A long-awaited moment - we start to train our model. Since the model is not training from scratch, several epochs will be enough for us:

loss_function = torch.nn.CrossEntropyLoss()
optimizer = torch.optim.Adam(params =  model.parameters(), lr=LEARNING_RATE)

EPOCHS = 4
train_loop(EPOCHS)

Code for visualizing sentiment analysis

We will evaluate the results using graphs showing loss and accuracy:

plt.plot(train_loss,  color='blue')
plt.title("Train Loss")
plt.xlabel("Batch")
plt.ylabel("Loss")
plt.show()

plt.plot(test_loss,  color='orange')
plt.title("Test Loss")
plt.xlabel("Batch")
plt.ylabel("Loss")      
plt.show()

plt.plot(train_accuracy,  color='blue')
plt.title("Train Accuracy")
plt.xlabel("Batch")
plt.ylabel("Accuracy")  
plt.show()

plt.plot(test_accuracy,  color='orange')
plt.title("Test Accuracy")
plt.xlabel("Batch")
plt.ylabel("Accuracy")  
 
plt.show()

Here’s the confusion matrix:

import seaborn as sn
import pandas as pd
import matplotlib.pyplot as plt

len_num = len(test_dataset)

tp=len(test_answers[1][1])/len_num
fn=len(test_answers[1][0])/len_num
fp=len(test_answers[0][1])/len_num
tn=len(test_answers[0][0])/len_num

array_matrix = [[tp,tn], 
                [fp,fn]]
df_cm = pd.DataFrame(array_matrix, index = ['T', 'F'],
                  columns = ['P', 'N'])
plt.figure(figsize = (5,5))
sn.heatmap(df_cm, annot=True)

In the end, we will display wrongly predicted sentences:

print('False Negative:\n', test_answers[0][0][:3], 
      'False Positive:\n', test_answers[0][1][:3])

Results

The model converges quickly to good values, and then converges much more slowly, changing its loss values in a limited range:

Figure 3: Test/train loss and accuracy graphs

On the confusion matrix, we see that the model rarely makes mistakes, and often incorrectly predicts negative phrases, considering them positive:

Figure 4: Confusion matrix

Let's see in which predictions our network made a mistake. As we can see, only a few of them are real network errors.
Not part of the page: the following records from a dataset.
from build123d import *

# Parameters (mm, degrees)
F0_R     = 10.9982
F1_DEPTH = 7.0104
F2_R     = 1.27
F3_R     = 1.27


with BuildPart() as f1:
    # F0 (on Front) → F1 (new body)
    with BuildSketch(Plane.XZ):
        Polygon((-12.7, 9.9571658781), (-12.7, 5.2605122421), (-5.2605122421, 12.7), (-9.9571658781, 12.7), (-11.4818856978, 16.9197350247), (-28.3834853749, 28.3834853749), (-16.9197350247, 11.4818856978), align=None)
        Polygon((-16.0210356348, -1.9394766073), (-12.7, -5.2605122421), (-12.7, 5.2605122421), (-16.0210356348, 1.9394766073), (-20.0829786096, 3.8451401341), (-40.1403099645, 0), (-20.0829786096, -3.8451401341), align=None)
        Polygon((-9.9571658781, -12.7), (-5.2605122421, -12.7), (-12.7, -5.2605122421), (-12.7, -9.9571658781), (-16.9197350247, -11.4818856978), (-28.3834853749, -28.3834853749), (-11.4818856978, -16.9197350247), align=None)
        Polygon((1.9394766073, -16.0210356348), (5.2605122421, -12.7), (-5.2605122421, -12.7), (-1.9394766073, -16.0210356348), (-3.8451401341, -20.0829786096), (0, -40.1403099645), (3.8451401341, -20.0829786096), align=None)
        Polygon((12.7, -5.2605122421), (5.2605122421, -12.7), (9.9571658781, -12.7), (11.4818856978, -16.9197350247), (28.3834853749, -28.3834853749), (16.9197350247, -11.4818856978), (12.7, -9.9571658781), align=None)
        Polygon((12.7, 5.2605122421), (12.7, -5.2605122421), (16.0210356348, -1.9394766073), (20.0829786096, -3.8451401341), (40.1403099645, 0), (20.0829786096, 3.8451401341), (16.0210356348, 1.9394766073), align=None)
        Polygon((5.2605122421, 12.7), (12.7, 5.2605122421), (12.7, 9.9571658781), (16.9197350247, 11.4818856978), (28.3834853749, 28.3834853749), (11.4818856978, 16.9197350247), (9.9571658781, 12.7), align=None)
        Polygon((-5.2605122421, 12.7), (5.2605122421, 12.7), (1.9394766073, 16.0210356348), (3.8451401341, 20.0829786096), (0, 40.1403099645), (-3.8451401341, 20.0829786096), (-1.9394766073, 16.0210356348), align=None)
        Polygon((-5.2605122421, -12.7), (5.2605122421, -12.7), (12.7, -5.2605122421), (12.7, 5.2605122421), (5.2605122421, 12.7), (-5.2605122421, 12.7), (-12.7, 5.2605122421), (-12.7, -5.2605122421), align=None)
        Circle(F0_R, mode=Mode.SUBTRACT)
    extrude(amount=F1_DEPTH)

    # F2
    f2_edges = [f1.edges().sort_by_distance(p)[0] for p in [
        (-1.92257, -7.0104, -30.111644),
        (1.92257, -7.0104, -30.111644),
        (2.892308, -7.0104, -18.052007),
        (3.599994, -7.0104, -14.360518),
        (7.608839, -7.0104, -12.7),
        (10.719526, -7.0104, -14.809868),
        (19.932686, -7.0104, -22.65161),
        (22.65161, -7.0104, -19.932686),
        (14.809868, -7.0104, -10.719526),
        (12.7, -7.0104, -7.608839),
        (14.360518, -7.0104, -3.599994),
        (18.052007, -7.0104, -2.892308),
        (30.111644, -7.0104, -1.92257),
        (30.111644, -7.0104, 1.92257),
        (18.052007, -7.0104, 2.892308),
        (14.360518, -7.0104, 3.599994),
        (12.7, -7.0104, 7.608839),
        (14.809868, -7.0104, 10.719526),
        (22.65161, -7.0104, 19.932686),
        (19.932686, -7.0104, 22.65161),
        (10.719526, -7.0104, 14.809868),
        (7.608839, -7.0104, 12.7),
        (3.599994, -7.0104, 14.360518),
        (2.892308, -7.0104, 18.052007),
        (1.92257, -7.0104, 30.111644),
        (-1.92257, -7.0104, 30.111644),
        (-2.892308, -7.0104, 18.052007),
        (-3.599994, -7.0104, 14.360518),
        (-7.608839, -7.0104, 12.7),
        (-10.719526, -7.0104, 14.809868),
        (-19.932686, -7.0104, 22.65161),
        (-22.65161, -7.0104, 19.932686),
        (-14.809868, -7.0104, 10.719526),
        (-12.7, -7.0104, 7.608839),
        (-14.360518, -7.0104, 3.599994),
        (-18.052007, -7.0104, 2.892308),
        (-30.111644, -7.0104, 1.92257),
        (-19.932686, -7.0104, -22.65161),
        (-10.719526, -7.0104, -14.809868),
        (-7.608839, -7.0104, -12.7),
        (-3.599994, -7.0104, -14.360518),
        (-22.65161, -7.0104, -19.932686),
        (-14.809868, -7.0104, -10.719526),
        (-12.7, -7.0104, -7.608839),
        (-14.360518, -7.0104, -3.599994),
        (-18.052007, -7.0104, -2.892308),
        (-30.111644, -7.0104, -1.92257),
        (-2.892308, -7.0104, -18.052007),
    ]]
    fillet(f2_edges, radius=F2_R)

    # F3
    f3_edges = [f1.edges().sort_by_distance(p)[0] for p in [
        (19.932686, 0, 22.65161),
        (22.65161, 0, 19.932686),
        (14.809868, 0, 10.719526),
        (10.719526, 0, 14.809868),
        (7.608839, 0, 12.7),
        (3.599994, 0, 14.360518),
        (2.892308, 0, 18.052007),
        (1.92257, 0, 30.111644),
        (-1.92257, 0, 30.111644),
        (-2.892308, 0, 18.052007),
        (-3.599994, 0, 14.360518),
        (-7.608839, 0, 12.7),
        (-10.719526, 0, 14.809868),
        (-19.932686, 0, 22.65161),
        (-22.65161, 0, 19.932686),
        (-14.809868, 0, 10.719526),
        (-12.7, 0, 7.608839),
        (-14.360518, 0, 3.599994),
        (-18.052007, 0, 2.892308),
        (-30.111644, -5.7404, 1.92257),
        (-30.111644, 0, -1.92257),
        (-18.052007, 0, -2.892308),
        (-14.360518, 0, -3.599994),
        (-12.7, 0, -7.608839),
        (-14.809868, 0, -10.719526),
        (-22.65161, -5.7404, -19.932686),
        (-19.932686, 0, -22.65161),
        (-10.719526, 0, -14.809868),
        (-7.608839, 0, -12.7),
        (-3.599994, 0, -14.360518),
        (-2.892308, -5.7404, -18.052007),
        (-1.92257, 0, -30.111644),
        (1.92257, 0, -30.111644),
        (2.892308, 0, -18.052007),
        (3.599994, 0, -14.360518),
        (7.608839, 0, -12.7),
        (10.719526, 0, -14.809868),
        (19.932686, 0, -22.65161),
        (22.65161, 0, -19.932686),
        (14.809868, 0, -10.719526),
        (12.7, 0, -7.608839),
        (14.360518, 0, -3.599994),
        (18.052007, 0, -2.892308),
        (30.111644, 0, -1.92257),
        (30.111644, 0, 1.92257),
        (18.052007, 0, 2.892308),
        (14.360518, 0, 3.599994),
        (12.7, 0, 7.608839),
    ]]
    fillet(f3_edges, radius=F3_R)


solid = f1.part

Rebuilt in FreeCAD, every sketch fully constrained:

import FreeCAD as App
import Part
import Sketcher

V = App.Vector
Q = App.Units.Quantity


def edges_at(feature, points):
    """Names of the edges that pass closest to the given points."""
    edges = feature.Shape.Edges
    near = lambda p: min(range(len(edges)), key=lambda i: edges[i].distToShape(Part.Vertex(*p))[0])
    return sorted({f"Edge{near(p) + 1}" for p in points})


def add_polygon(sketch, points):
    """Adds a closed chain of lines whose ends are joined by coincident constraints."""
    first, n = sketch.GeometryCount, len(points)
    for a, b in zip(points, points[1:] + points[:1]):
        sketch.addGeometry(Part.LineSegment(App.Vector(*a, 0), App.Vector(*b, 0)), False)
    for i in range(n):
        sketch.addConstraint(Sketcher.Constraint("Coincident", first + i, 2, first + (i + 1) % n, 1))

doc = App.newDocument("Part")
params = doc.addObject("Spreadsheet::Sheet", "Params")
for row, (alias, value) in enumerate([
    ("sketch1_diameter", "0.866 in"),
    ("pad1_length", "0.276 in"),
    ("fillet_radius", "0.05 in"),
    ("fillet2_radius", "0.05 in"),
], start=1):
    params.set(f"A{row}", alias)
    params.set(f"B{row}", "=" + value)
    params.setAlias(f"B{row}", alias)

body = doc.addObject("PartDesign::Body", "Body")

# Sketch on XZ plane
sketch1 = body.newObject("Sketcher::SketchObject", "Sketch")
sketch1.AttachmentSupport = (doc.getObject("XZ_Plane"), [""])
sketch1.MapMode = "FlatFace"
add_polygon(sketch1, [(-12.7, 10), (-12.7, 5.3), (-16, 1.9), (-20.1, 3.8), (-40.1, 0), (-20.1, -3.8), (-16, -1.9), (-12.7, -5.3), (-12.7, -10), (-16.9, -11.5), (-28.4, -28.4), (-11.5, -16.9), (-10, -12.7), (-5.3, -12.7), (-1.9, -16), (-3.8, -20.1), (0, -40.1), (3.8, -20.1), (1.9, -16), (5.3, -12.7), (10, -12.7), (11.5, -16.9), (28.4, -28.4), (16.9, -11.5), (12.7, -10), (12.7, -5.3), (16, -1.9), (20.1, -3.8), (40.1, 0), (20.1, 3.8), (16, 1.9), (12.7, 5.3), (12.7, 10), (16.9, 11.5), (28.4, 28.4), (11.5, 16.9), (10, 12.7), (5.3, 12.7), (1.9, 16), (3.8, 20.1), (0, 40.1), (-3.8, 20.1), (-1.9, 16), (-5.3, 12.7), (-10, 12.7), (-11.5, 16.9), (-28.4, 28.4), (-16.9, 11.5)])  # lines 0-47
sketch1.addGeometry(Part.Circle(V(0, 0, 0), V(0, 0, 1), 11), False)  # 48
sketch1.addConstraint([
    Sketcher.Constraint("Vertical", 0),
    Sketcher.Constraint("Vertical", 7),
    Sketcher.Constraint("Horizontal", 12),
    Sketcher.Constraint("Horizontal", 19),
    Sketcher.Constraint("Vertical", 24),
    Sketcher.Constraint("Vertical", 31),
    Sketcher.Constraint("Horizontal", 36),
    Sketcher.Constraint("Horizontal", 43),
    Sketcher.Constraint("Coincident", 48, 3, -1, 1),
    Sketcher.Constraint("Symmetric", 0, 2, 24, 2, -1, 1),
    Sketcher.Constraint("Symmetric", 1, 2, 25, 2, -1, 1),
    Sketcher.Constraint("Symmetric", 2, 2, 26, 2, -1, 1),
    Sketcher.Constraint("Symmetric", 3, 2, 27, 2, -1, 1),
    Sketcher.Constraint("Symmetric", 4, 2, 28, 2, -1, 1),
    Sketcher.Constraint("Symmetric", 5, 2, 29, 2, -1, 1),
    Sketcher.Constraint("Symmetric", 6, 2, 30, 2, -1, 1),
    Sketcher.Constraint("Symmetric", 8, 2, 32, 2, -1, 1),
    Sketcher.Constraint("Symmetric", 9, 2, 33, 2, -1, 1),
    Sketcher.Constraint("Symmetric", 10, 2, 34, 2, -1, 1),
    Sketcher.Constraint("Symmetric", 11, 2, 35, 2, -1, 1),
    Sketcher.Constraint("Symmetric", 13, 2, 37, 2, -1, 1),
    Sketcher.Constraint("Symmetric", 14, 2, 38, 2, -1, 1),
    Sketcher.Constraint("Symmetric", 15, 2, 39, 2, -1, 1),
    Sketcher.Constraint("Symmetric", 16, 2, 40, 2, -1, 1),
    Sketcher.Constraint("Symmetric", 17, 2, 41, 2, -1, 1),
    Sketcher.Constraint("Symmetric", 18, 2, 42, 2, -1, 1),
    Sketcher.Constraint("Symmetric", 20, 2, 44, 2, -1, 1),
    Sketcher.Constraint("Symmetric", 21, 2, 45, 2, -1, 1),
    Sketcher.Constraint("Symmetric", 22, 2, 46, 2, -1, 1),
    Sketcher.Constraint("Symmetric", 14, 2, 16, 2, -2),
    Sketcher.Constraint("Symmetric", 13, 2, 17, 2, -2),
    Sketcher.Constraint("Symmetric", 12, 2, 18, 2, -2),
    Sketcher.Constraint("Symmetric", 10, 2, 20, 2, -2),
    Sketcher.Constraint("Symmetric", 9, 2, 21, 2, -2),
    Sketcher.Constraint("Symmetric", 8, 2, 22, 2, -2),
    Sketcher.Constraint("Symmetric", 7, 2, 23, 2, -2),
    Sketcher.Constraint("Symmetric", 5, 2, 25, 2, -2),
    Sketcher.Constraint("Symmetric", 4, 2, 26, 2, -2),
    Sketcher.Constraint("PointOnObject", 3, 2, -1),
    Sketcher.Constraint("PointOnObject", 15, 2, -2),
    Sketcher.Constraint("Perpendicular", 1, 6),
    Sketcher.Constraint("Parallel", 6, 13),
    Sketcher.Constraint("Perpendicular", 2, 14),
    Sketcher.Constraint("Perpendicular", 3, 15),
    Sketcher.Constraint("Perpendicular", 13, 18),
    Sketcher.Constraint("Perpendicular", 8, 20),
    Sketcher.Constraint("Perpendicular", 9, 21),
    Sketcher.Constraint("Perpendicular", 11, 23),
    Sketcher.Constraint("Perpendicular", 20, 32),
    Sketcher.Constraint("Parallel", 30, 37),
    Sketcher.Constraint("Perpendicular", 32, 44),
    Sketcher.Constraint("Perpendicular", 35, 47),
    Sketcher.Constraint("Equal", 43, 0),
    Sketcher.Constraint("Equal", 5, 8),
    Sketcher.Constraint("Equal", 4, 9),
    Sketcher.Constraint("Equal", 9, 10),
    Sketcher.Constraint("Equal", 8, 11),
    Sketcher.Constraint("Equal", 6, 13),
    Sketcher.Constraint("Equal", 11, 14),
    Sketcher.Constraint("Equal", 10, 15),
    Sketcher.Constraint("Diameter", 48, Q("0.866 in")),
    Sketcher.Constraint("DistanceX", 0, 2, -1, 1, Q("0.5 in")),
    Sketcher.Constraint("DistanceY", 8, 2, 1, 2, Q("0.5284001 in")),
    Sketcher.Constraint("DistanceX", 8, 2, 5, 2, 0.898699),
    Sketcher.Constraint("DistanceY", 9, 2, 8, 2, 16.9016),
    Sketcher.Constraint("Distance", 2, 4.486751),
    Sketcher.Constraint("DistanceX", 12, 1, 12, 2, 4.696654),
    Sketcher.Constraint("DistanceX", 2, 2, -1, 1, 20.082979),
    Sketcher.Constraint("DistanceY", -1, 1, 2, 2, 3.84514),
])
sketch1.setExpression("Constraints[108]", "Params.sketch1_diameter")
pad1 = body.newObject("PartDesign::Pad", "Pad")
pad1.Profile = sketch1
pad1.setExpression("Length", "Params.pad1_length")
doc.recompute()
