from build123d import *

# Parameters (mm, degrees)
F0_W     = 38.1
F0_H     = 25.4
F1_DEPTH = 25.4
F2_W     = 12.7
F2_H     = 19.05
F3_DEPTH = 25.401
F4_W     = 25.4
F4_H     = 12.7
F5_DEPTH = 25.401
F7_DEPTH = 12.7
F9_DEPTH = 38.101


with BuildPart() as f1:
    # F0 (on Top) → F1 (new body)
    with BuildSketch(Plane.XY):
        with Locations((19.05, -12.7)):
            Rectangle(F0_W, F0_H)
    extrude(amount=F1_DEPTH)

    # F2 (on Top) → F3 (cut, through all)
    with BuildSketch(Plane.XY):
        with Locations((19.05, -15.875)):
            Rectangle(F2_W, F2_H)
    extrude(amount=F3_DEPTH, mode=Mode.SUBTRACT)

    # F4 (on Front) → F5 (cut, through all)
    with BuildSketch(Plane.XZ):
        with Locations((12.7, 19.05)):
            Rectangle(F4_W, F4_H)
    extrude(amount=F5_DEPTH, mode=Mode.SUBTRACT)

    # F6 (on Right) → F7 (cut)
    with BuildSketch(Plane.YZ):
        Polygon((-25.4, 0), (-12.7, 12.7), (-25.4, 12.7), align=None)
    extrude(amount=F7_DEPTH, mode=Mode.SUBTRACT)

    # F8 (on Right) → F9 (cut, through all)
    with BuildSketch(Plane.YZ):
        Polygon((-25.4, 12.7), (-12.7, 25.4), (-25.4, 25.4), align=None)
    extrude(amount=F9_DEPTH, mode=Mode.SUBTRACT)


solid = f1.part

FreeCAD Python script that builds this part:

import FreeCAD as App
import Part
import Sketcher
from FreeCAD import Vector
Q = App.Units.Quantity


def add_polygon(sketch, points):
    """Adds a closed chain of lines whose ends are joined by coincident constraints."""
    first, n = sketch.GeometryCount, len(points)
    for a, b in zip(points, points[1:] + points[:1]):
        sketch.addGeometry(Part.LineSegment(App.Vector(*a, 0), App.Vector(*b, 0)), False)
    for i in range(n):
        sketch.addConstraint(Sketcher.Constraint("Coincident", first + i, 2, first + (i + 1) % n, 1))

doc = App.newDocument("Part")
body = doc.addObject("PartDesign::Body", "Body")

# Sketch on XY plane
sketch1 = doc.addObject("Sketcher::SketchObject", "Sketch")
body.addObject(sketch1)
sketch1.AttachmentSupport = (doc.XY_Plane, [""])
sketch1.MapMode = "FlatFace"
add_polygon(sketch1, [(0, 0), (0, -25), (38, -25), (38, 0)])  # lines 0-3
sketch1.addConstraint([
    Sketcher.Constraint("Vertical", 0),
    Sketcher.Constraint("Horizontal", 1),
    Sketcher.Constraint("Vertical", 2),
    Sketcher.Constraint("Horizontal", 3),
    Sketcher.Constraint("Coincident", 3, 2, -1, 1),
    Sketcher.Constraint("DistanceY", 0, 2, 0, 1, Q("1 in")),
    Sketcher.Constraint("DistanceX", 1, 1, 1, 2, Q("1.5 in")),
])
pad1 = doc.addObject("PartDesign::Pad", "Pad")
body.addObject(pad1)
pad1.Profile = sketch1
pad1.Length = Q("1 in")

# Sketch on XY plane
sketch2 = doc.addObject("Sketcher::SketchObject", "Sketch001")
body.addObject(sketch2)
sketch2.AttachmentSupport = (doc.XY_Plane, [""])
sketch2.MapMode = "FlatFace"
add_polygon(sketch2, [(13, -6), (13, -25), (25, -25), (25, -6)])  # lines 0-3
sketch2.addConstraint([
    Sketcher.Constraint("Vertical", 0),
    Sketcher.Constraint("Horizontal", 1),
    Sketcher.Constraint("Vertical", 2),
    Sketcher.Constraint("Horizontal", 3),
    Sketcher.Constraint("DistanceX", 1, 1, 1, 2, Q("0.5 in")),
    Sketcher.Constraint("DistanceY", 0, 2, -1, 1, Q("1 in")),
    Sketcher.Constraint("DistanceX", -1, 1, 1, 2, Q("1 in")),
    Sketcher.Constraint("DistanceY", 0, 2, 0, 1, Q("0.75 in")),
])
pocket1 = doc.addObject("PartDesign::Pocket", "Pocket")
body.addObject(pocket1)
pocket1.Profile = sketch2
pocket1.Type = "ThroughAll"
pocket1.Reversed = True

# Sketch on XZ plane
sketch3 = doc.addObject("Sketcher::SketchObject", "Sketch002")
body.addObject(sketch3)
sketch3.AttachmentSupport = (doc.XZ_Plane, [""])
sketch3.MapMode = "FlatFace"
add_polygon(sketch3, [(0, 25), (0, 13), (25, 13), (25, 25)])  # lines 0-3
sketch3.addConstraint([
    Sketcher.Constraint("Vertical", 0),
    Sketcher.Constraint("Horizontal", 1),
    Sketcher.Constraint("Vertical", 2),
    Sketcher.Constraint("Horizontal", 3),
    Sketcher.Constraint("PointOnObject", 0, 2, -2),
    Sketcher.Constraint("DistanceX", 1, 1, 1, 2, Q("1 in")),
    Sketcher.Constraint("DistanceY", 0, 2, 0, 1, Q("0.5 in")),
    Sketcher.Constraint("DistanceY", -1, 1, 2, 2, Q("1 in")),
])
pocket2 = doc.addObject("PartDesign::Pocket", "Pocket001")
body.addObject(pocket2)
pocket2.Profile = sketch3
pocket2.Type = "ThroughAll"
pocket2.Reversed = True

# Sketch on YZ plane
sketch4 = doc.addObject("Sketcher::SketchObject", "Sketch003")
body.addObject(sketch4)
sketch4.AttachmentSupport = (doc.YZ_Plane, [""])
sketch4.MapMode = "FlatFace"
add_polygon(sketch4, [(-25, 0), (-13, 13), (-25, 13)])  # lines 0-2
sketch4.addConstraint([
    Sketcher.Constraint("Horizontal", 1),
    Sketcher.Constraint("Vertical", 2),
    Sketcher.Constraint("PointOnObject", 2, 2, -1),
    Sketcher.Constraint("Equal", 1, 2),
    Sketcher.Constraint("DistanceX", 1, 2, 1, 1, Q("0.5 in")),
    Sketcher.Constraint("DistanceX", 1, 2, -1, 1, Q("1 in")),
])
pocket3 = doc.addObject("PartDesign::Pocket", "Pocket002")
body.addObject(pocket3)
pocket3.Profile = sketch4
pocket3.Length = Q("0.5 in")
pocket3.Reversed = True

# Sketch on YZ plane
sketch5 = doc.addObject("Sketcher::SketchObject", "Sketch004")
body.addObject(sketch5)
sketch5.AttachmentSupport = (doc.YZ_Plane, [""])
sketch5.MapMode = "FlatFace"
add_polygon(sketch5, [(-25, 13), (-13, 25), (-25, 25)])  # lines 0-2
sketch5.addConstraint([
    Sketcher.Constraint("Horizontal", 1),
    Sketcher.Constraint("Vertical", 2),
    Sketcher.Constraint("Equal", 1, 2),
    Sketcher.Constraint("DistanceX", 1, 2, 1, 1, Q("0.5 in")),
    Sketcher.Constraint("DistanceY", -1, 1, 0, 2, Q("1 in")),
    Sketcher.Constraint("DistanceX", 1, 2, -1, 1, Q("1 in")),
])
pocket4 = doc.addObject("PartDesign::Pocket", "Pocket003")
body.addObject(pocket4)
pocket4.Profile = sketch5
pocket4.Type = "ThroughAll"
pocket4.Reversed = True

doc.recompute()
The rest of the errors are due to incorrect or controversial markup of the dataset:

Figure 5: False Negative & False Positive examples

Saving the Model

Finally, We can save our model to Google Drive:

save_path="./"
torch.save(model, save_path+'trained_roberta.pt')
print('All files saved')
print('Congratulations, you complete this tutorial')

Congratulations

You have successfully built a transformer classifier based on Roberta's model. Despite the not very high quality of the dataset, we managed to train the model to 87% accuracy, which is a great result in the task of tweet sentiment analysis. You can repeat the experiment with our Google Drive file.